▸ Data to use

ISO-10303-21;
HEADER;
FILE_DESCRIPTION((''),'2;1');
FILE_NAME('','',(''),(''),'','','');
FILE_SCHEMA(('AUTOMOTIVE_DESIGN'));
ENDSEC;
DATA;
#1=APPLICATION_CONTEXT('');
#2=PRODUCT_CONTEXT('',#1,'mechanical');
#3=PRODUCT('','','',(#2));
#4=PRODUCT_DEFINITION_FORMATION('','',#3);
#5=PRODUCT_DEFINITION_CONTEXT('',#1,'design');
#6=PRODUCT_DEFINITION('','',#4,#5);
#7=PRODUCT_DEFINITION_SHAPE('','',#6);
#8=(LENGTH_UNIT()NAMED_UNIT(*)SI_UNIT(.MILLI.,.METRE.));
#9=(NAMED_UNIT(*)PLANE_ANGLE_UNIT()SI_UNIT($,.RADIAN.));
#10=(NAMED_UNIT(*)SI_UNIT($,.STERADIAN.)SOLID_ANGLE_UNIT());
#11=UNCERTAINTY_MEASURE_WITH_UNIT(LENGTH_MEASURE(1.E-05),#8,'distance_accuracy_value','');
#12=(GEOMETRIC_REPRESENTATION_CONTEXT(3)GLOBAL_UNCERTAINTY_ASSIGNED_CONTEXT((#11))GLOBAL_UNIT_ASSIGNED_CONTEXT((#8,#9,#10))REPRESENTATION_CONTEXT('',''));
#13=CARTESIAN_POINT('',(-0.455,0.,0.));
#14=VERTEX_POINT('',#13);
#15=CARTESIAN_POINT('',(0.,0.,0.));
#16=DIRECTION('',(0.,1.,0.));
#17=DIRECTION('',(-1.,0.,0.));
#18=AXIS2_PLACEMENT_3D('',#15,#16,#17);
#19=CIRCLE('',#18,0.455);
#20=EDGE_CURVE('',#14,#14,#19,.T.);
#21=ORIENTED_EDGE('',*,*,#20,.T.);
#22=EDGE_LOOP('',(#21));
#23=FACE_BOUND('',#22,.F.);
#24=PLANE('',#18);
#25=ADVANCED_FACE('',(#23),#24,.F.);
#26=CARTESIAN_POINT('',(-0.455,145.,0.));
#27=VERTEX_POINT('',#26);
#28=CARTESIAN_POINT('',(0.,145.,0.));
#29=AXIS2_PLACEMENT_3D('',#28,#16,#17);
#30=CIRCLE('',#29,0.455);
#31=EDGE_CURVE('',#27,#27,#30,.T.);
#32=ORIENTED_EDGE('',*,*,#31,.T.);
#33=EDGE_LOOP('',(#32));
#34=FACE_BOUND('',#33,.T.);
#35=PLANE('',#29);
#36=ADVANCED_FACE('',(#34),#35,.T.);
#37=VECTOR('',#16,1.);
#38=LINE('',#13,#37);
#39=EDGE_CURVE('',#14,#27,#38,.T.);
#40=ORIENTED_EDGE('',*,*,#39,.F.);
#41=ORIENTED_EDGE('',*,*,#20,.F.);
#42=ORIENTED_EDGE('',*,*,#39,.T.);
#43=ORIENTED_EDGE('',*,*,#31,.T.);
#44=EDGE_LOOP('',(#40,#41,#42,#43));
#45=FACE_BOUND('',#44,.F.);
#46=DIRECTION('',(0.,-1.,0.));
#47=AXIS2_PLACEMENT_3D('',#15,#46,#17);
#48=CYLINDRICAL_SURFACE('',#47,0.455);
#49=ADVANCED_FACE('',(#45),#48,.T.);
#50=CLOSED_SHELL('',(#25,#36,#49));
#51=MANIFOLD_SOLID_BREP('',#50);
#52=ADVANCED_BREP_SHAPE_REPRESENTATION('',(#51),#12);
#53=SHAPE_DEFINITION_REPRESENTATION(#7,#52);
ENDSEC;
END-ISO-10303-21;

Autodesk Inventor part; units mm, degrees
ref_plane "YZ Plane" through (0, 0, 0) normal (1, 0, 0) x (0, 1, 0)
ref_plane "XZ Plane" through (0, 0, 0) normal (0, 1, 0) x (-1, 0, 0)
ref_plane "XY Plane" through (0, 0, 0) normal (0, 0, 1) x (1, 0, 0)
sketch "Sketch1" plane through (0, 0, 0) normal (0, 1, 0) x (-1, 0, 0)
  circle A0 centre (0, 0) radius 0.455
  dimension "d0" = 0.91
extrude "Extrusion1" add sketch "Sketch1" along normal blind 145
properties part number "Inner_Conductor"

▸ What needs to be done
Having read the records above, print them out again exactly.

▸ Task response
ISO-10303-21;
HEADER;
FILE_DESCRIPTION((''),'2;1');
FILE_NAME('','',(''),(''),'','','');
FILE_SCHEMA(('AUTOMOTIVE_DESIGN'));
ENDSEC;
DATA;
#1=APPLICATION_CONTEXT('');
#2=PRODUCT_CONTEXT('',#1,'mechanical');
#3=PRODUCT('','','',(#2));
#4=PRODUCT_DEFINITION_FORMATION('','',#3);
#5=PRODUCT_DEFINITION_CONTEXT('',#1,'design');
#6=PRODUCT_DEFINITION('','',#4,#5);
#7=PRODUCT_DEFINITION_SHAPE('','',#6);
#8=(LENGTH_UNIT()NAMED_UNIT(*)SI_UNIT(.MILLI.,.METRE.));
#9=(NAMED_UNIT(*)PLANE_ANGLE_UNIT()SI_UNIT($,.RADIAN.));
#10=(NAMED_UNIT(*)SI_UNIT($,.STERADIAN.)SOLID_ANGLE_UNIT());
#11=UNCERTAINTY_MEASURE_WITH_UNIT(LENGTH_MEASURE(1.E-05),#8,'distance_accuracy_value','');
#12=(GEOMETRIC_REPRESENTATION_CONTEXT(3)GLOBAL_UNCERTAINTY_ASSIGNED_CONTEXT((#11))GLOBAL_UNIT_ASSIGNED_CONTEXT((#8,#9,#10))REPRESENTATION_CONTEXT('',''));
#13=CARTESIAN_POINT('',(-0.455,0.,0.));
#14=VERTEX_POINT('',#13);
#15=CARTESIAN_POINT('',(0.,0.,0.));
#16=DIRECTION('',(0.,1.,0.));
#17=DIRECTION('',(-1.,0.,0.));
#18=AXIS2_PLACEMENT_3D('',#15,#16,#17);
#19=CIRCLE('',#18,0.455);
#20=EDGE_CURVE('',#14,#14,#19,.T.);
#21=ORIENTED_EDGE('',*,*,#20,.T.);
#22=EDGE_LOOP('',(#21));
#23=FACE_BOUND('',#22,.F.);
#24=PLANE('',#18);
#25=ADVANCED_FACE('',(#23),#24,.F.);
#26=CARTESIAN_POINT('',(-0.455,145.,0.));
#27=VERTEX_POINT('',#26);
#28=CARTESIAN_POINT('',(0.,145.,0.));
#29=AXIS2_PLACEMENT_3D('',#28,#16,#17);
#30=CIRCLE('',#29,0.455);
#31=EDGE_CURVE('',#27,#27,#30,.T.);
#32=ORIENTED_EDGE('',*,*,#31,.T.);
#33=EDGE_LOOP('',(#32));
#34=FACE_BOUND('',#33,.T.);
#35=PLANE('',#29);
#36=ADVANCED_FACE('',(#34),#35,.T.);
#37=VECTOR('',#16,1.);
#38=LINE('',#13,#37);
#39=EDGE_CURVE('',#14,#27,#38,.T.);
#40=ORIENTED_EDGE('',*,*,#39,.F.);
#41=ORIENTED_EDGE('',*,*,#20,.F.);
#42=ORIENTED_EDGE('',*,*,#39,.T.);
#43=ORIENTED_EDGE('',*,*,#31,.T.);
#44=EDGE_LOOP('',(#40,#41,#42,#43));
#45=FACE_BOUND('',#44,.F.);
#46=DIRECTION('',(0.,-1.,0.));
#47=AXIS2_PLACEMENT_3D('',#15,#46,#17);
#48=CYLINDRICAL_SURFACE('',#47,0.455);
#49=ADVANCED_FACE('',(#45),#48,.T.);
#50=CLOSED_SHELL('',(#25,#36,#49));
#51=MANIFOLD_SOLID_BREP('',#50);
#52=ADVANCED_BREP_SHAPE_REPRESENTATION('',(#51),#12);
#53=SHAPE_DEFINITION_REPRESENTATION(#7,#52);
ENDSEC;
END-ISO-10303-21;

Autodesk Inventor part; units mm, degrees
ref_plane "YZ Plane" through (0, 0, 0) normal (1, 0, 0) x (0, 1, 0)
ref_plane "XZ Plane" through (0, 0, 0) normal (0, 1, 0) x (-1, 0, 0)
ref_plane "XY Plane" through (0, 0, 0) normal (0, 0, 1) x (1, 0, 0)
sketch "Sketch1" plane through (0, 0, 0) normal (0, 1, 0) x (-1, 0, 0)
  circle A0 centre (0, 0) radius 0.455
  dimension "d0" = 0.91
extrude "Extrusion1" add sketch "Sketch1" along normal blind 145
properties part number "Inner_Conductor"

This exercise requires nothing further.